■ **Task to carry out**: Below are entries. Reproduce exactly the lines between the line holding "f 235 216 217" and the line holding "f 153 74 75", inclusive, and only those.
________________________
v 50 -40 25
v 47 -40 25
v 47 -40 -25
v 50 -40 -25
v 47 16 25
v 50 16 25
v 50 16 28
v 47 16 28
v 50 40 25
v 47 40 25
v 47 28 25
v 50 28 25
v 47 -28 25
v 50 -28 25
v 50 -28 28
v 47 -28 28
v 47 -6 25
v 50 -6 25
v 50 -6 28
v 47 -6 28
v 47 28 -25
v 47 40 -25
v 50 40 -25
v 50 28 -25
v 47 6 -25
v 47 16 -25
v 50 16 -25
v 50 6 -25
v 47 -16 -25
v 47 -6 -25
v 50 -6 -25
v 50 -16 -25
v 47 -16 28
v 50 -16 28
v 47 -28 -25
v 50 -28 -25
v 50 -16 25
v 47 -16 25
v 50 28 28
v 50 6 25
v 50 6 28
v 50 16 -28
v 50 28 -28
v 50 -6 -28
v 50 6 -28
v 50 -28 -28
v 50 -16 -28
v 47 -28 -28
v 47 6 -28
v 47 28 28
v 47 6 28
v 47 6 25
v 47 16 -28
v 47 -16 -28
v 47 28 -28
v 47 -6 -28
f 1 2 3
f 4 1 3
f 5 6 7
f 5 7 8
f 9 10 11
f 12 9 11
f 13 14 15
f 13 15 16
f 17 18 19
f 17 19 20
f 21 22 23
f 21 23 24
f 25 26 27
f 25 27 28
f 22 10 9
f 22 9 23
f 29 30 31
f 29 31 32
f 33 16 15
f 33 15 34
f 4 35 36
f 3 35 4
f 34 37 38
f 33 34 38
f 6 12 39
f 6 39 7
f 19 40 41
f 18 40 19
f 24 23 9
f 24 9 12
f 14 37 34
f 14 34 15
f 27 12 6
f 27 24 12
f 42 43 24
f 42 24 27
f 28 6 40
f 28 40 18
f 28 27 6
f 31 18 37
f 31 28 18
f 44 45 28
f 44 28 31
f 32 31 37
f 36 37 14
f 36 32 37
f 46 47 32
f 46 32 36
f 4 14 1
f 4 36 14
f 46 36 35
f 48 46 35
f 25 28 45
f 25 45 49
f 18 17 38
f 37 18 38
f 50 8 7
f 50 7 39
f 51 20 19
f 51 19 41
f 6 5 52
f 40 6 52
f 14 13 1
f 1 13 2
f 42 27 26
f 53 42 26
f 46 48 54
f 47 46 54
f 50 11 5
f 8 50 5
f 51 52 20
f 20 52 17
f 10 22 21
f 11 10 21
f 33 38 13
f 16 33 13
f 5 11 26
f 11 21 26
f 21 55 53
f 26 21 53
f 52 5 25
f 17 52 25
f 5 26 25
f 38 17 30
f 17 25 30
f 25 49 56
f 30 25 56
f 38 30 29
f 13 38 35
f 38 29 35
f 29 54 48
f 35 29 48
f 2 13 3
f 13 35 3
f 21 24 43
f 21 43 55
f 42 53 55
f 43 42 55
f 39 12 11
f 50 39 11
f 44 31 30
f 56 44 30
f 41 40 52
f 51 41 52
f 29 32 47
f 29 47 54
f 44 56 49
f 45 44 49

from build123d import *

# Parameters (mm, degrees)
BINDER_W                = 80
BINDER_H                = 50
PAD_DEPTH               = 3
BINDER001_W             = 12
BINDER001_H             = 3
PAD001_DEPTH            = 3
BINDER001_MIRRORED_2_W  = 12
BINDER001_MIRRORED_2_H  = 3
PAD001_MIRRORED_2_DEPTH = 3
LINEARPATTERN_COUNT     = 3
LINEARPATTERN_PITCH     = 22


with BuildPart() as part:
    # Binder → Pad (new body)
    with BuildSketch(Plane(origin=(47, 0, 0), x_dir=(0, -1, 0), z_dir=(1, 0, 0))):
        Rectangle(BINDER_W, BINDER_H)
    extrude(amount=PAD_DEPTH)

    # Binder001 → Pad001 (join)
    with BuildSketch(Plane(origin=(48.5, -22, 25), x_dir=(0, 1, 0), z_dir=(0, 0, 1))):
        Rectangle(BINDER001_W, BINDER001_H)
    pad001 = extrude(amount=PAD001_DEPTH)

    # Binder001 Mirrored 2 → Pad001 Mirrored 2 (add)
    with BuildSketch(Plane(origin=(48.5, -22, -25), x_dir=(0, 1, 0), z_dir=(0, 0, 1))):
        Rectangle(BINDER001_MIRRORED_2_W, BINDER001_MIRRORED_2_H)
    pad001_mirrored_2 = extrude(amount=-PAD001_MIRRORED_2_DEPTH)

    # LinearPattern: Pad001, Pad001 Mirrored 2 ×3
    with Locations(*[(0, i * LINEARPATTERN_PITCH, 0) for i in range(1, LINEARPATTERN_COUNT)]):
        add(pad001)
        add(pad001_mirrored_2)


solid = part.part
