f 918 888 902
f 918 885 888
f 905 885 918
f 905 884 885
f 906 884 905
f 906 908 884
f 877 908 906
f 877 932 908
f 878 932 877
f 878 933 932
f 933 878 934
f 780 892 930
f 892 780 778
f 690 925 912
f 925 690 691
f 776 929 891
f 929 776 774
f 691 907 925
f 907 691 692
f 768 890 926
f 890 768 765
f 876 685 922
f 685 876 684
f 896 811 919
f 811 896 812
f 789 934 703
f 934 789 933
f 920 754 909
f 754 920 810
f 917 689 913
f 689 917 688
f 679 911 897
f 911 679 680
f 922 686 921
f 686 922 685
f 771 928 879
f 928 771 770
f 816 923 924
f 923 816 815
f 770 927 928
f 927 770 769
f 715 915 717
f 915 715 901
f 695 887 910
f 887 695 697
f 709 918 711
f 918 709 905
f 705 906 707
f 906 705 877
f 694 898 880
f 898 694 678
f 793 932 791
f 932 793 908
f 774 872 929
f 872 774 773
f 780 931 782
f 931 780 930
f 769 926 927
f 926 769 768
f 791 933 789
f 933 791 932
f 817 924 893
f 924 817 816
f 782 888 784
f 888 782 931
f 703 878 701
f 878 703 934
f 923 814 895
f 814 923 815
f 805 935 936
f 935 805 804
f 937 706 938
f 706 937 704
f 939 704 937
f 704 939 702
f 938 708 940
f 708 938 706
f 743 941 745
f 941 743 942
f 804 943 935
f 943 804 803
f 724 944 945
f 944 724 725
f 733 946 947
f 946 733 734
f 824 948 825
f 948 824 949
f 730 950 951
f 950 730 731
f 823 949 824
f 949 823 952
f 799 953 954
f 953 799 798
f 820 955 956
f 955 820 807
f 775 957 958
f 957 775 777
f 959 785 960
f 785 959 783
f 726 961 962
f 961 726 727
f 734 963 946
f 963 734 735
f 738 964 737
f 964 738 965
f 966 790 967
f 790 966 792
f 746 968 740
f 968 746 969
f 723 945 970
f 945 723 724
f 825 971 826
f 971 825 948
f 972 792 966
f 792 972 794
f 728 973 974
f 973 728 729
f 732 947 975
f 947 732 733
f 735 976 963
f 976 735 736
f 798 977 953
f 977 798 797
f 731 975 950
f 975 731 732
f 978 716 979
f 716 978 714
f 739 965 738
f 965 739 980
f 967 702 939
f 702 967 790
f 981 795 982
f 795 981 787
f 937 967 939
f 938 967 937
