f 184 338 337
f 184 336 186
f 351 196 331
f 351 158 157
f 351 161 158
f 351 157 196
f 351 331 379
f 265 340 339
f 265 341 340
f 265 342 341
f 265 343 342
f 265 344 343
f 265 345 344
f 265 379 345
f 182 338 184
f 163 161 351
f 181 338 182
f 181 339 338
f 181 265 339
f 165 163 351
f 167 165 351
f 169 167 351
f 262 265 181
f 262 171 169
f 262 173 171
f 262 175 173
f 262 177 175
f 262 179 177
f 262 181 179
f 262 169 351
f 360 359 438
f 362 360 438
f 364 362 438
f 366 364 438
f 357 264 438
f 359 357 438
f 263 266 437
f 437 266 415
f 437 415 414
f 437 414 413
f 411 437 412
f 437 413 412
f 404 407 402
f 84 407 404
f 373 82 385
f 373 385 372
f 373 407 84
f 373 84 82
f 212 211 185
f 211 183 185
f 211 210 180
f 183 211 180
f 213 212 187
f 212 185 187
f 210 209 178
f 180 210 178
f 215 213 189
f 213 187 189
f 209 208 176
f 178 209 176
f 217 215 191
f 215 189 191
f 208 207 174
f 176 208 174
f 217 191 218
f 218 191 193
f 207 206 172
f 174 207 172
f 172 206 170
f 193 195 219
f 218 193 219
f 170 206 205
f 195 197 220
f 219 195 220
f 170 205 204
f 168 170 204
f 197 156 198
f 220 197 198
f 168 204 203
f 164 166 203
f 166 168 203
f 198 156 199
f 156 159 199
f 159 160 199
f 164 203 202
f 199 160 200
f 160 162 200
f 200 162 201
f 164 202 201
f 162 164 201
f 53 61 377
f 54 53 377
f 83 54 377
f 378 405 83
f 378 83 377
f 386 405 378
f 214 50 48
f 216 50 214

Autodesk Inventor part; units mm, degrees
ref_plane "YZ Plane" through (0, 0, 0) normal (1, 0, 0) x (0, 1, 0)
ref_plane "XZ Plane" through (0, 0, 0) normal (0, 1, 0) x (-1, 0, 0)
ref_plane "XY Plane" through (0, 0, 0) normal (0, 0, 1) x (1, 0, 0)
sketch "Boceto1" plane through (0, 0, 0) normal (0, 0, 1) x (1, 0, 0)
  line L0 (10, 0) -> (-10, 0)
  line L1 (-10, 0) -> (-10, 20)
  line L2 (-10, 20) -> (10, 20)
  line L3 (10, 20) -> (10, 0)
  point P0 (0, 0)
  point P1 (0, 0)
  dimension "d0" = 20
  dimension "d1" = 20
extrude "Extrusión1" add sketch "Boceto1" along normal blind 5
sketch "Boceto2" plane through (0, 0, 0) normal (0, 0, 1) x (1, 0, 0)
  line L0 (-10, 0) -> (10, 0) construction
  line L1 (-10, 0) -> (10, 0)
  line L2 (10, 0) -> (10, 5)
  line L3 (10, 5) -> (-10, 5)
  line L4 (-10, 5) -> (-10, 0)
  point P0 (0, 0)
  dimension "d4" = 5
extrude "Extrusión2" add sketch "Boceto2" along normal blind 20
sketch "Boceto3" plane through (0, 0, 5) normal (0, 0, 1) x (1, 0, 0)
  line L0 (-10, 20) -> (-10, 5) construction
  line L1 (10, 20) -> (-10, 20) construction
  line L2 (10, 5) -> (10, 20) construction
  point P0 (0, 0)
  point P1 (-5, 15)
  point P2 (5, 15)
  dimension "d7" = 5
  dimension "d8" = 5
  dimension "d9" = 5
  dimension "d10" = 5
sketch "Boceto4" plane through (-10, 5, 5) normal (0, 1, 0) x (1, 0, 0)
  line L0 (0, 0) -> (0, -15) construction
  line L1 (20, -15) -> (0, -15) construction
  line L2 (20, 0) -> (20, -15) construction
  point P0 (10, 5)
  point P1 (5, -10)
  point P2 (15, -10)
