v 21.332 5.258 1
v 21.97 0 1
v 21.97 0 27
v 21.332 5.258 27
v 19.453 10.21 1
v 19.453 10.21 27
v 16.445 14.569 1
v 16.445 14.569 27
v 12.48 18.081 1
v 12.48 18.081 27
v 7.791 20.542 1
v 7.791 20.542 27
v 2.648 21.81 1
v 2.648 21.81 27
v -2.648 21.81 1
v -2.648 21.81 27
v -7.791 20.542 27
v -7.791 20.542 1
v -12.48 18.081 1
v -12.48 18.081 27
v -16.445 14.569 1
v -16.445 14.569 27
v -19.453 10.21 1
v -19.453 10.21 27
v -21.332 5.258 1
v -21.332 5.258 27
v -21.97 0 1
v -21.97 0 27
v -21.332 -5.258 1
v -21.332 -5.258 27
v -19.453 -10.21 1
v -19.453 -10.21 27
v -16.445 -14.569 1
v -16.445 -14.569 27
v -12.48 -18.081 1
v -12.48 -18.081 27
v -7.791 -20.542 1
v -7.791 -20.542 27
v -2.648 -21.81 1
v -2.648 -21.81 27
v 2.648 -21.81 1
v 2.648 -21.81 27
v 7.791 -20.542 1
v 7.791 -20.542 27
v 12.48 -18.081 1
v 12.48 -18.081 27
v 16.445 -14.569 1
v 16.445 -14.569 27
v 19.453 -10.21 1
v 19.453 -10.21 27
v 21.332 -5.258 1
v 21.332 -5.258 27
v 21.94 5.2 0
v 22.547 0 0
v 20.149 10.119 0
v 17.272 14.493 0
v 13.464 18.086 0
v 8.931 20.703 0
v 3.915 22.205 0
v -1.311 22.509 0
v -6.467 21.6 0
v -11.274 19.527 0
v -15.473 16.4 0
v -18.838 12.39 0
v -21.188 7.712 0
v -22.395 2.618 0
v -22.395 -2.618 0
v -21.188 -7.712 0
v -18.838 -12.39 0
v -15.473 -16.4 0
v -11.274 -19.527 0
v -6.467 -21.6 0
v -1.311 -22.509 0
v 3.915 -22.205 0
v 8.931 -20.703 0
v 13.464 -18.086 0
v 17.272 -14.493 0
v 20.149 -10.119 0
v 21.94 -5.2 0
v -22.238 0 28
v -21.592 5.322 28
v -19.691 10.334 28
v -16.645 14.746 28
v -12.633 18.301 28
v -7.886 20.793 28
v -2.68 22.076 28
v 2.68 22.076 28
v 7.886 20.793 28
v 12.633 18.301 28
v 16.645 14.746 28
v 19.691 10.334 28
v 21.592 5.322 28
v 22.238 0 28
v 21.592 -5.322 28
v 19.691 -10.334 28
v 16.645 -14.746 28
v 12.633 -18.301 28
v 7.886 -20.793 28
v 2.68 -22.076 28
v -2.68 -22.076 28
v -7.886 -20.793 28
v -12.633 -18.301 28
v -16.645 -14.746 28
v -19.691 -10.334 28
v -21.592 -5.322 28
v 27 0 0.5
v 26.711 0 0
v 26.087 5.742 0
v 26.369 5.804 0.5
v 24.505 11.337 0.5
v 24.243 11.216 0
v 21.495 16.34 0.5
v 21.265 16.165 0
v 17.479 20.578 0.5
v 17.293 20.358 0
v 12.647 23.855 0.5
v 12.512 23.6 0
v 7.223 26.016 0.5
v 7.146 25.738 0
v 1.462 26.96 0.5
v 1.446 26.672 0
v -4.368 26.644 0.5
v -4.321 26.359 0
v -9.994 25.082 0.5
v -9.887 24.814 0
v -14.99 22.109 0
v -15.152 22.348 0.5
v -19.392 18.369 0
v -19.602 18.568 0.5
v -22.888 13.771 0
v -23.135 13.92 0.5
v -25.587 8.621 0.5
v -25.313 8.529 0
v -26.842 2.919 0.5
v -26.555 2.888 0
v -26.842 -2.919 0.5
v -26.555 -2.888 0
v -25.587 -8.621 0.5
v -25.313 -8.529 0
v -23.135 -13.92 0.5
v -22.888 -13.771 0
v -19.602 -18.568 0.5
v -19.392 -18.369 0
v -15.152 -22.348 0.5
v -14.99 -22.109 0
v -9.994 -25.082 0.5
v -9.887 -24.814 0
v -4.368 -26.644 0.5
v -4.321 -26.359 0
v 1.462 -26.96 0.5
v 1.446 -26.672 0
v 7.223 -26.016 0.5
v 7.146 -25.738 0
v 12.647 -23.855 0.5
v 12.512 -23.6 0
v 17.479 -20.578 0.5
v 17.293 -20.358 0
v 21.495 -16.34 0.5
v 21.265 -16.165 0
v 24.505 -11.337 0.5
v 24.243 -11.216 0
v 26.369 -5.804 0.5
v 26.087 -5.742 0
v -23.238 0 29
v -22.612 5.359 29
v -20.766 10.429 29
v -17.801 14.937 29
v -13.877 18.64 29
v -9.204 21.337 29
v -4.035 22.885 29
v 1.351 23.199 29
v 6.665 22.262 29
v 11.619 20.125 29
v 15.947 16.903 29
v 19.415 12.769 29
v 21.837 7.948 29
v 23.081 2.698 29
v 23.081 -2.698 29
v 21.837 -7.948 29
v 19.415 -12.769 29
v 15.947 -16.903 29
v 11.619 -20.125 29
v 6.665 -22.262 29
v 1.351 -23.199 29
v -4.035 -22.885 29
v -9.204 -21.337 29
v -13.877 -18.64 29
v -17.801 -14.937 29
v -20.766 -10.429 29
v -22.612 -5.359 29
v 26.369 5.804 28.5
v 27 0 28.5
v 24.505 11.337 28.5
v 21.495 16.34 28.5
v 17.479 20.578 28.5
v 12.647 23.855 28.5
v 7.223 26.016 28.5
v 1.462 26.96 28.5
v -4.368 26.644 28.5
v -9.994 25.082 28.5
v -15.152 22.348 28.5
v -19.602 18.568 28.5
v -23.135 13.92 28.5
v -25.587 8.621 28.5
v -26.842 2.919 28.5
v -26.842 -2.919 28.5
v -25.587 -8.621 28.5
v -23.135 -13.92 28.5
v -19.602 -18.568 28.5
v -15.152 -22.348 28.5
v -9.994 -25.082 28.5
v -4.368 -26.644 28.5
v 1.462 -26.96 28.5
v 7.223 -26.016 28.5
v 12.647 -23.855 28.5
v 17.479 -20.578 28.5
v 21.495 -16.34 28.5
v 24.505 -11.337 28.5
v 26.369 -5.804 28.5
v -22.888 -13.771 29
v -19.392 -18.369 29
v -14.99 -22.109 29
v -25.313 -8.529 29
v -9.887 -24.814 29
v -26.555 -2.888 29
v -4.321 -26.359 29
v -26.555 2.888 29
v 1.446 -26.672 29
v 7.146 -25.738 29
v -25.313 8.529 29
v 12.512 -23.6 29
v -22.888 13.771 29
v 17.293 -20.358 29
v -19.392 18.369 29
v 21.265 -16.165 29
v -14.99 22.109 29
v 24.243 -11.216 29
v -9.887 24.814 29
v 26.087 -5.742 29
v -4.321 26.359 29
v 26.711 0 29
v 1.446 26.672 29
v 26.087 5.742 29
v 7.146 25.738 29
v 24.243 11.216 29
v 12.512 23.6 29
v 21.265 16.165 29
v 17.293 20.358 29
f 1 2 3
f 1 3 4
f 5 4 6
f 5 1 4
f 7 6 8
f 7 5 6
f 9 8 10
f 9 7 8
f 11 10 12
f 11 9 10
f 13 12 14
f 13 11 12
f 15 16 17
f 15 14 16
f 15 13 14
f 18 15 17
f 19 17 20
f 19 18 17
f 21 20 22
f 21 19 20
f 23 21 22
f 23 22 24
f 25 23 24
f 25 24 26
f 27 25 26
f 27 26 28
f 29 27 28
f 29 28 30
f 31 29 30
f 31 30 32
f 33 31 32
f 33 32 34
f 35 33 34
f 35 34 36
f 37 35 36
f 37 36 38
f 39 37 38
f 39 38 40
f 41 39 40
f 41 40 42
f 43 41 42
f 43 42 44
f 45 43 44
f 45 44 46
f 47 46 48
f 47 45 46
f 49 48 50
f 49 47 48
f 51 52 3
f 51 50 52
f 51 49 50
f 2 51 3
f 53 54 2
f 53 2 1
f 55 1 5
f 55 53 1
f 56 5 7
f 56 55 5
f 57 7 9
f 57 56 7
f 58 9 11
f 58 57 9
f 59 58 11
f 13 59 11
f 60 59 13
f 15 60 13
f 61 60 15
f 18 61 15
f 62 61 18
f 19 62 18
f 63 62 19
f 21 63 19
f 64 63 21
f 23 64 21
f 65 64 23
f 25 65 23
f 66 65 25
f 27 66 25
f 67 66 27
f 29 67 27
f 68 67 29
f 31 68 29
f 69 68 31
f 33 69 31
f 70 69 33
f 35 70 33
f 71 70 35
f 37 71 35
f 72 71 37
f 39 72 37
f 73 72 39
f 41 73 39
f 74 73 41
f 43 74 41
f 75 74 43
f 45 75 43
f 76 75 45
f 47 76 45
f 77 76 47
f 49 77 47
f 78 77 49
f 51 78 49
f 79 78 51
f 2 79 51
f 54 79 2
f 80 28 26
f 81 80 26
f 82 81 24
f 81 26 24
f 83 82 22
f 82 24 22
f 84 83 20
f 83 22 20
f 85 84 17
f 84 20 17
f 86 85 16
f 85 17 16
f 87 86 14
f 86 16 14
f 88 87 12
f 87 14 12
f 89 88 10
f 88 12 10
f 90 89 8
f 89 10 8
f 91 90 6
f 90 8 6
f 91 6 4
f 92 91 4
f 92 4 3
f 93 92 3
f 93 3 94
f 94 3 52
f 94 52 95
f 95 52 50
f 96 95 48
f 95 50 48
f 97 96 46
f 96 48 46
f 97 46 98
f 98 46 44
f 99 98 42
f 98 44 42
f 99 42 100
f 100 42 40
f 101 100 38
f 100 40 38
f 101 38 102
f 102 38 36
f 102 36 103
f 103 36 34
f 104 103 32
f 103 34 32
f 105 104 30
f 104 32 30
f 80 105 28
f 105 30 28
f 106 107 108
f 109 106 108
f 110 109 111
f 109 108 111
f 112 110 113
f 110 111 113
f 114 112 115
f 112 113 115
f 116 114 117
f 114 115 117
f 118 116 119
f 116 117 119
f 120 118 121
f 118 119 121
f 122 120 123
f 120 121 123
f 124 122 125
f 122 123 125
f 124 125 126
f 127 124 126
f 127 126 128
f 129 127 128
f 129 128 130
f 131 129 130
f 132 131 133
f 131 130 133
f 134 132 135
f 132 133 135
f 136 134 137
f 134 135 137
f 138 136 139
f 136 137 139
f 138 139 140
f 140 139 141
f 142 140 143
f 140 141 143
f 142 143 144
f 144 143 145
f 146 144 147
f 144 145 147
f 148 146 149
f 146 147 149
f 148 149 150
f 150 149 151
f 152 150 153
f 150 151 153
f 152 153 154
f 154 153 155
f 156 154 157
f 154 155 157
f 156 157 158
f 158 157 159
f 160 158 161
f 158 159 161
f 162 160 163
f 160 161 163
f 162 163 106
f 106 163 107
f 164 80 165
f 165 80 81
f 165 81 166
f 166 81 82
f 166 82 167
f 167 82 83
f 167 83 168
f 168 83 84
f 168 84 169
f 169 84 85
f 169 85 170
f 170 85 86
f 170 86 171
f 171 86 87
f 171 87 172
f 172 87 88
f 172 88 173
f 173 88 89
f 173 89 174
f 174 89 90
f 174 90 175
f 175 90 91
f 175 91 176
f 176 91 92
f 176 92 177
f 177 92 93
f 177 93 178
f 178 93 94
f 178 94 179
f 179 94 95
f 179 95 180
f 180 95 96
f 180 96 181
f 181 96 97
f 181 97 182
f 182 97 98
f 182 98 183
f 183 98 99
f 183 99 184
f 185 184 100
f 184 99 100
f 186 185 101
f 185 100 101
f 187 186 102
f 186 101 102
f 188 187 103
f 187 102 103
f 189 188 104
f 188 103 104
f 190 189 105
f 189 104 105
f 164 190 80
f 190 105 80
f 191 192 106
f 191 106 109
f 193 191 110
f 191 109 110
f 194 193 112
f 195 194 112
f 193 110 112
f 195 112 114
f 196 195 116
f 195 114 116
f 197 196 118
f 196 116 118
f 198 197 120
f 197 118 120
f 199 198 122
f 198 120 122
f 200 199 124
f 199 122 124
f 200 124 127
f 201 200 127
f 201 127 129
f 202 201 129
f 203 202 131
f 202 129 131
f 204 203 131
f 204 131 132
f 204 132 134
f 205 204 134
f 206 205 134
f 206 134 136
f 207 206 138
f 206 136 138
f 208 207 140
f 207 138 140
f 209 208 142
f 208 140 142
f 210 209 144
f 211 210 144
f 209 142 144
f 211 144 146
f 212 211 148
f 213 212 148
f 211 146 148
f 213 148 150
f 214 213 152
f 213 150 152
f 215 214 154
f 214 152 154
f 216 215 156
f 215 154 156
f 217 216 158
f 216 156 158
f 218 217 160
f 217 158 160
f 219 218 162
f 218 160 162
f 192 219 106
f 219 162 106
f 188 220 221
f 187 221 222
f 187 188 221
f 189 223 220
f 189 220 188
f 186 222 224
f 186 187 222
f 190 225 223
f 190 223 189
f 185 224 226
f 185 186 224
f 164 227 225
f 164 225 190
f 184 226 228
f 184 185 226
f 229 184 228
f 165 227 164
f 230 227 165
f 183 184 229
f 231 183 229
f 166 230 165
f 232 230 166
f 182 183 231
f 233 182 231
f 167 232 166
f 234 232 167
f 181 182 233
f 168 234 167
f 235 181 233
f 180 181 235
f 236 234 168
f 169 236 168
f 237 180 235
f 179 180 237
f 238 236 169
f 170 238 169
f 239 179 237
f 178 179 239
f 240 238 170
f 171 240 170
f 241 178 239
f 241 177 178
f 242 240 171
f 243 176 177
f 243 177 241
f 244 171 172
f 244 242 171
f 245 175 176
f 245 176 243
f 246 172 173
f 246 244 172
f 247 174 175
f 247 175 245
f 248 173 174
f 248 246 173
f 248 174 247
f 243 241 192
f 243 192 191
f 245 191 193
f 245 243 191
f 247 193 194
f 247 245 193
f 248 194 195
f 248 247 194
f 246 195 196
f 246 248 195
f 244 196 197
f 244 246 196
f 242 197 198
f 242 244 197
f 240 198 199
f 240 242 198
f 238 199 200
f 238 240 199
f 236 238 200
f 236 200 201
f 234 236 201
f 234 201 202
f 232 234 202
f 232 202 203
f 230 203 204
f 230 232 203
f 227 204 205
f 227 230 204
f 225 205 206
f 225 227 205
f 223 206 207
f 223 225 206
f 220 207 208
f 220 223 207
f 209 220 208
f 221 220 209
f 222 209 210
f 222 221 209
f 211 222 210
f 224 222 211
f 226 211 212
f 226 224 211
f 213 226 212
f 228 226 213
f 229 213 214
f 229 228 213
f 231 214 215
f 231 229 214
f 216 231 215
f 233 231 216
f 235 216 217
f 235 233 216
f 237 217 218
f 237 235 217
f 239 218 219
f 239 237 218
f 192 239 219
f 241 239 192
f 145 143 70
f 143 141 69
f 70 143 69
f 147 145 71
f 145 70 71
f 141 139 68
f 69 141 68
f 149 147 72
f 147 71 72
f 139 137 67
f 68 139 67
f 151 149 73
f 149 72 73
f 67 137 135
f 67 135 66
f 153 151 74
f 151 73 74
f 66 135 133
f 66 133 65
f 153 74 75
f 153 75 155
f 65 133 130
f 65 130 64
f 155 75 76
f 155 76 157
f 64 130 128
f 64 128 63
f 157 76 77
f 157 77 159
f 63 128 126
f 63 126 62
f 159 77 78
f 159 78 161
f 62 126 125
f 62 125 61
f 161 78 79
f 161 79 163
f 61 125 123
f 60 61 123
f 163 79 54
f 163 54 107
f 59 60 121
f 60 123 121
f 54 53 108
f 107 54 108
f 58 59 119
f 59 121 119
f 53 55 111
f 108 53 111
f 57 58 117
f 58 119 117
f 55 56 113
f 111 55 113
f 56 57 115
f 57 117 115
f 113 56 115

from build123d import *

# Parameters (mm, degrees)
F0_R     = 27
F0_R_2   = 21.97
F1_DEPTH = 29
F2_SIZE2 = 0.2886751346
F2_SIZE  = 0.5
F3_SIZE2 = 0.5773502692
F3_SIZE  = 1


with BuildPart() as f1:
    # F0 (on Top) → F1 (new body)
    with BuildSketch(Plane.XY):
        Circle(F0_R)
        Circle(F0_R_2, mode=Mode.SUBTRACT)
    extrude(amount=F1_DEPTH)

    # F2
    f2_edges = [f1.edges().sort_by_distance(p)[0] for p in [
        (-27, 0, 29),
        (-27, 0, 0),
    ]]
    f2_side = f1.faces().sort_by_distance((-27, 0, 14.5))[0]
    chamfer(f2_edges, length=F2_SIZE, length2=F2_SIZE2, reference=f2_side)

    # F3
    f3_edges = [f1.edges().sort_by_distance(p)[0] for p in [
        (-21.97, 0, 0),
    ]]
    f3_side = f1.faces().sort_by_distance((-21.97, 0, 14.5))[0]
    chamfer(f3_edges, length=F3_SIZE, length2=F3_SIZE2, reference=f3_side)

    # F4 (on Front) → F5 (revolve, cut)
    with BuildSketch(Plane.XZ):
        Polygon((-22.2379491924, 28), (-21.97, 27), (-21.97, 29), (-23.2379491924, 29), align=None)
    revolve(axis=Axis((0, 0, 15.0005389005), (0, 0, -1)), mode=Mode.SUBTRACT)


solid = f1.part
________________________
■ **Your response**:
f 235 216 217
f 235 233 216
f 237 217 218
f 237 235 217
f 239 218 219
f 239 237 218
f 192 239 219
f 241 239 192
f 145 143 70
f 143 141 69
f 70 143 69
f 147 145 71
f 145 70 71
f 141 139 68
f 69 141 68
f 149 147 72
f 147 71 72
f 139 137 67
f 68 139 67
f 151 149 73
f 149 72 73
f 67 137 135
f 67 135 66
f 153 151 74
f 151 73 74
f 66 135 133
f 66 133 65
f 153 74 75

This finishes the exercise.